[[ RECORDS FOR THE TASK, beginning ]]
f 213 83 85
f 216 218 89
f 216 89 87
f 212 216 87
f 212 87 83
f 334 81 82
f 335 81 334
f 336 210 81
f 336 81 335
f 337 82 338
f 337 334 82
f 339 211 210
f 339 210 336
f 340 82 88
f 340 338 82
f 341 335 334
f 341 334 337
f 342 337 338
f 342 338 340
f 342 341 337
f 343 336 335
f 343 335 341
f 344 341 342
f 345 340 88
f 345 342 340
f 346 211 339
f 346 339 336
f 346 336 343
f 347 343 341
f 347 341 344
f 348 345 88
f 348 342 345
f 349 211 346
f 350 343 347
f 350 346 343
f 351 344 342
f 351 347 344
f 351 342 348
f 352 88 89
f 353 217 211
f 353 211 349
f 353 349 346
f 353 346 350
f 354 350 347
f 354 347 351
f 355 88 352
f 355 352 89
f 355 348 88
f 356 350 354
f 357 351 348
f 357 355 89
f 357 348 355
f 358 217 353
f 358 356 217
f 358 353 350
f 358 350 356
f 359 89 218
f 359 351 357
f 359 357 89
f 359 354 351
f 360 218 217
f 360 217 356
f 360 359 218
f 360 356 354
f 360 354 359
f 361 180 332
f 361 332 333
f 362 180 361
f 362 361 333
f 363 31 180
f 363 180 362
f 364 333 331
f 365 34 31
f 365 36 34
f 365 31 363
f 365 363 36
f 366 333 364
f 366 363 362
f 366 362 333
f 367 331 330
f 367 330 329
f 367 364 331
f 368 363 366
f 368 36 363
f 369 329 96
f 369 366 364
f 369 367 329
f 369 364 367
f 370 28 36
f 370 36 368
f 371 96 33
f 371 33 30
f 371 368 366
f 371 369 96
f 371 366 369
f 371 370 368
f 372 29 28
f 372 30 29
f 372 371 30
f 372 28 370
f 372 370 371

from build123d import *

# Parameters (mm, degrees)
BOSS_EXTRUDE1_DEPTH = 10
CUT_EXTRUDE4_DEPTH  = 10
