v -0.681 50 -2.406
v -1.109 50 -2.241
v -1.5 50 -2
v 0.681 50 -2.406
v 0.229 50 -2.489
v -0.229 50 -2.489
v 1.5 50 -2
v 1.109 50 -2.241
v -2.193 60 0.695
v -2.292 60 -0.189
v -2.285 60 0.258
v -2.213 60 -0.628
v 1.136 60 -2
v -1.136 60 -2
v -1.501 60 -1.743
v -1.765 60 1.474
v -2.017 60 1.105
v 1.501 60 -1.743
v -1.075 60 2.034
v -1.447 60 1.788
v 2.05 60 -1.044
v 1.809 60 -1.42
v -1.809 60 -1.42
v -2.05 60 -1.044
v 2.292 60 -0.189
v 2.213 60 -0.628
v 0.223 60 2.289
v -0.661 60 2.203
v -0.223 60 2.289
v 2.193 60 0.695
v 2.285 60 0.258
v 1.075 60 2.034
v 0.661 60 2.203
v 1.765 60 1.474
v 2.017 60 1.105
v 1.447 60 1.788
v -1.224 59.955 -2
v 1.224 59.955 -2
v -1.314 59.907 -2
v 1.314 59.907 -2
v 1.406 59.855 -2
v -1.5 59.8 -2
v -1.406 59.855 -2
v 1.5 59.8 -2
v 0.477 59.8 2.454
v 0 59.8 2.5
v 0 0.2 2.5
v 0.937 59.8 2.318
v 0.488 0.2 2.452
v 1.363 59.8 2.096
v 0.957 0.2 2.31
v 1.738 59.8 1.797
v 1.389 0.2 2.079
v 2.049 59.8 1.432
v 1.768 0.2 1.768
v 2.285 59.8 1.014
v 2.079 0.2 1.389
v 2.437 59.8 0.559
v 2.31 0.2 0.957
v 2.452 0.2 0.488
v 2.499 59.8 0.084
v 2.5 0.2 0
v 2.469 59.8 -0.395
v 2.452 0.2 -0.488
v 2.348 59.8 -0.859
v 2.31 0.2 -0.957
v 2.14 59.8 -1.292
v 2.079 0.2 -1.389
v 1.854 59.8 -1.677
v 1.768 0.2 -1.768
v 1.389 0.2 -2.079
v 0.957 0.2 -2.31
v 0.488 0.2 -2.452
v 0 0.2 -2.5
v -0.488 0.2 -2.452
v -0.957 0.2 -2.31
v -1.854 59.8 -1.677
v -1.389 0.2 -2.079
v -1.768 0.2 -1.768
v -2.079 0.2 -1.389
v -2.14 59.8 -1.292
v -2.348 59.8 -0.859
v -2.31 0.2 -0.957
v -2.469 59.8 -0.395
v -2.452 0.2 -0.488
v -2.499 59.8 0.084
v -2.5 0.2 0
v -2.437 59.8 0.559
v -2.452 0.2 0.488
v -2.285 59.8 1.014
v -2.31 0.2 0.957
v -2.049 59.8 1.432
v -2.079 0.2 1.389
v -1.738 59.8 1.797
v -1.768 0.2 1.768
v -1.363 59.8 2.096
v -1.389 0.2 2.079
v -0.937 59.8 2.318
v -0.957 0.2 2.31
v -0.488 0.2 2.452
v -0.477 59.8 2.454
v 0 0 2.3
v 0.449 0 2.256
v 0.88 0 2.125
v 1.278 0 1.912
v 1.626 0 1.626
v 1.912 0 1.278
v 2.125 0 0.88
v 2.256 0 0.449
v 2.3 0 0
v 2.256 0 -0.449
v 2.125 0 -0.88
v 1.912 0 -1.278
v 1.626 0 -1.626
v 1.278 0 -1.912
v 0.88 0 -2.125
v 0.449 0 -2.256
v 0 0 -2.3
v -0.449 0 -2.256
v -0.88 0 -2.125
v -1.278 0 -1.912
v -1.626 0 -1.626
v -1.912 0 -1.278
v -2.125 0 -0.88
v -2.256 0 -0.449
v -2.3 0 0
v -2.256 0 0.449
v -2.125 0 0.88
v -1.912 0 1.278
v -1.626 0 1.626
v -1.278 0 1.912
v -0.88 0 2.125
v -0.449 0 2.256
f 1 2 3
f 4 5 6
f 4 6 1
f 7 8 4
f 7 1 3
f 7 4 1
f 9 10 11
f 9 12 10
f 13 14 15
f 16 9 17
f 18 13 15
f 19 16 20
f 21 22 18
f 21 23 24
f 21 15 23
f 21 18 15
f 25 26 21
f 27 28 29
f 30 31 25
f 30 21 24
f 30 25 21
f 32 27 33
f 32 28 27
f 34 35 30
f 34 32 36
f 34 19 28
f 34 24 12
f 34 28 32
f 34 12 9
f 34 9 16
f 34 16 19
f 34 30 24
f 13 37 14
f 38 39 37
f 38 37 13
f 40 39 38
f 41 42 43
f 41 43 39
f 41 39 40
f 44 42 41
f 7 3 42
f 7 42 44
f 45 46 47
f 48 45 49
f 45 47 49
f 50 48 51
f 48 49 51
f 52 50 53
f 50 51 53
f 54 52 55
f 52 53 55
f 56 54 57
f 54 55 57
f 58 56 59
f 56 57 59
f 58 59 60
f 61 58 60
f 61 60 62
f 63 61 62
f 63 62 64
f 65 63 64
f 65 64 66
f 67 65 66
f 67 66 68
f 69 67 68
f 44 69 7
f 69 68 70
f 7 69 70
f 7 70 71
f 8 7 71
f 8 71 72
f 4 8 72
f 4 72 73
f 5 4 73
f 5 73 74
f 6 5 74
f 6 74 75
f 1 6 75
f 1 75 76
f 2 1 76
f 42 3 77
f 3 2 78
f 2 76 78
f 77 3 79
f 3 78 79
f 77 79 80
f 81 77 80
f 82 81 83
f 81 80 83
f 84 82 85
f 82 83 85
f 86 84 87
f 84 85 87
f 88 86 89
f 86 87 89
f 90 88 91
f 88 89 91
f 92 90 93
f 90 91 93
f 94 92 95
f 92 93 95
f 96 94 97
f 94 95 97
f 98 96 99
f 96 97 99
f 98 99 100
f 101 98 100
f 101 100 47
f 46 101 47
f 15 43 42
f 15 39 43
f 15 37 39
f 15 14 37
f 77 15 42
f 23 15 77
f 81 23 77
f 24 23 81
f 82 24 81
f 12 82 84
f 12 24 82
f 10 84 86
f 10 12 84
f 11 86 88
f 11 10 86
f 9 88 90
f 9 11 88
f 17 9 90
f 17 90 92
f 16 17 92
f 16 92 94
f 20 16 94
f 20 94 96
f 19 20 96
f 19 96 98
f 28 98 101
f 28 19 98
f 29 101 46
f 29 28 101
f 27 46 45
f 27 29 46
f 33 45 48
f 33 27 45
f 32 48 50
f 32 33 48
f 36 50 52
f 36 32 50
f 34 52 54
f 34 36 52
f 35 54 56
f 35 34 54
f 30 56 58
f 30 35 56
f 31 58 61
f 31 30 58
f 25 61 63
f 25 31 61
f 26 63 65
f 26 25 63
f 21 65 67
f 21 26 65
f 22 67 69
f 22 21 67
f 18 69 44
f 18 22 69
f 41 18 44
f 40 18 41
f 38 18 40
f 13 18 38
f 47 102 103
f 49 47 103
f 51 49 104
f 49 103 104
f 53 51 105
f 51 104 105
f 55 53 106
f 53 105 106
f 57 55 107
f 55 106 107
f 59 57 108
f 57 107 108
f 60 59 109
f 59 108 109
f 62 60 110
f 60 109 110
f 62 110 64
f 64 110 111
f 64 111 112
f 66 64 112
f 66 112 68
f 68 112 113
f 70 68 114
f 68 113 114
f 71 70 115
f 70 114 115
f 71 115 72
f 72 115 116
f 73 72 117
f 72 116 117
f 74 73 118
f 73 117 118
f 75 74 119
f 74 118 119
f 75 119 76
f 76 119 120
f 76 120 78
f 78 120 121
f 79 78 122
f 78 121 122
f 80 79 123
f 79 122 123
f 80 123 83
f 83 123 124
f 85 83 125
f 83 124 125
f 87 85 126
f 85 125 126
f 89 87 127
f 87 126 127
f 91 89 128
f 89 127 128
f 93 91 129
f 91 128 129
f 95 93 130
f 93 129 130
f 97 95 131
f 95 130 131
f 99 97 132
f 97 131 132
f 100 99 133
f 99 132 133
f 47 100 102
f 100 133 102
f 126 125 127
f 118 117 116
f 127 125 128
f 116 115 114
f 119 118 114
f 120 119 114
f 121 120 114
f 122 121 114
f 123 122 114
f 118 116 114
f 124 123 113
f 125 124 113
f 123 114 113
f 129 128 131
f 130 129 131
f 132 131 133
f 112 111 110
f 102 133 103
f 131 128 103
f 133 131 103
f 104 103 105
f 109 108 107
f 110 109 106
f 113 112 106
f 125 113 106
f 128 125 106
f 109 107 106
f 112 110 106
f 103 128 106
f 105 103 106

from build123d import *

# Parameters (mm, degrees)
CROQUIS1_R              = 2.5
SALIENTE_EXTRUIR1_DEPTH = 60
CORTAR_EXTRUIR1_START   = -10
CORTAR_EXTRUIR1_DEPTH   = 10
CHAFL_N1_SIZE           = 0.2


with BuildPart() as part:
    # Croquis1 → Saliente-Extruir1 (new body)
    with BuildSketch(Plane(origin=(0, 0, 0), x_dir=(1, 0, 0), z_dir=(0, 1, 0))):
        with Locations(Location((0, 0, 0), (0, 0, 270))):
            Circle(CROQUIS1_R)
    extrude(amount=SALIENTE_EXTRUIR1_DEPTH)

    # Croquis2 → Cortar-Extruir1 (cut)
    with BuildSketch(Plane(origin=(0, 60, 0), x_dir=(1, 0, 0), z_dir=(0, 1, 0)).offset(CORTAR_EXTRUIR1_START)):
        with BuildLine():
            Line((-1.5, 2), (1.5, 2))
            ThreePointArc((1.5, 2), (0, 2.5), (-1.5, 2))
        make_face()
    extrude(amount=CORTAR_EXTRUIR1_DEPTH, mode=Mode.SUBTRACT)

    # Chaflán1
    chafl_n1_edges = [part.edges().sort_by_distance(p)[0] for p in [
        (0, 0, -2.5),
        (-2.371708245, 60, 0.790569415),
    ]]
    chamfer(chafl_n1_edges, length=CHAFL_N1_SIZE)


solid = part.part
[[ RECORDS FOR THE TASK, end ]]
• [EXERCISE DESCRIPTION]:
Write out only the lines that run from the line containing "f 125 124 113" through the line containing "f 105 103 106", both included, exactly as they appear above.

• [TASK OUTPUT]:
f 125 124 113
f 123 114 113
f 129 128 131
f 130 129 131
f 132 131 133
f 112 111 110
f 102 133 103
f 131 128 103
f 133 131 103
f 104 103 105
f 109 108 107
f 110 109 106
f 113 112 106
f 125 113 106
f 128 125 106
f 109 107 106
f 112 110 106
f 103 128 106
f 105 103 106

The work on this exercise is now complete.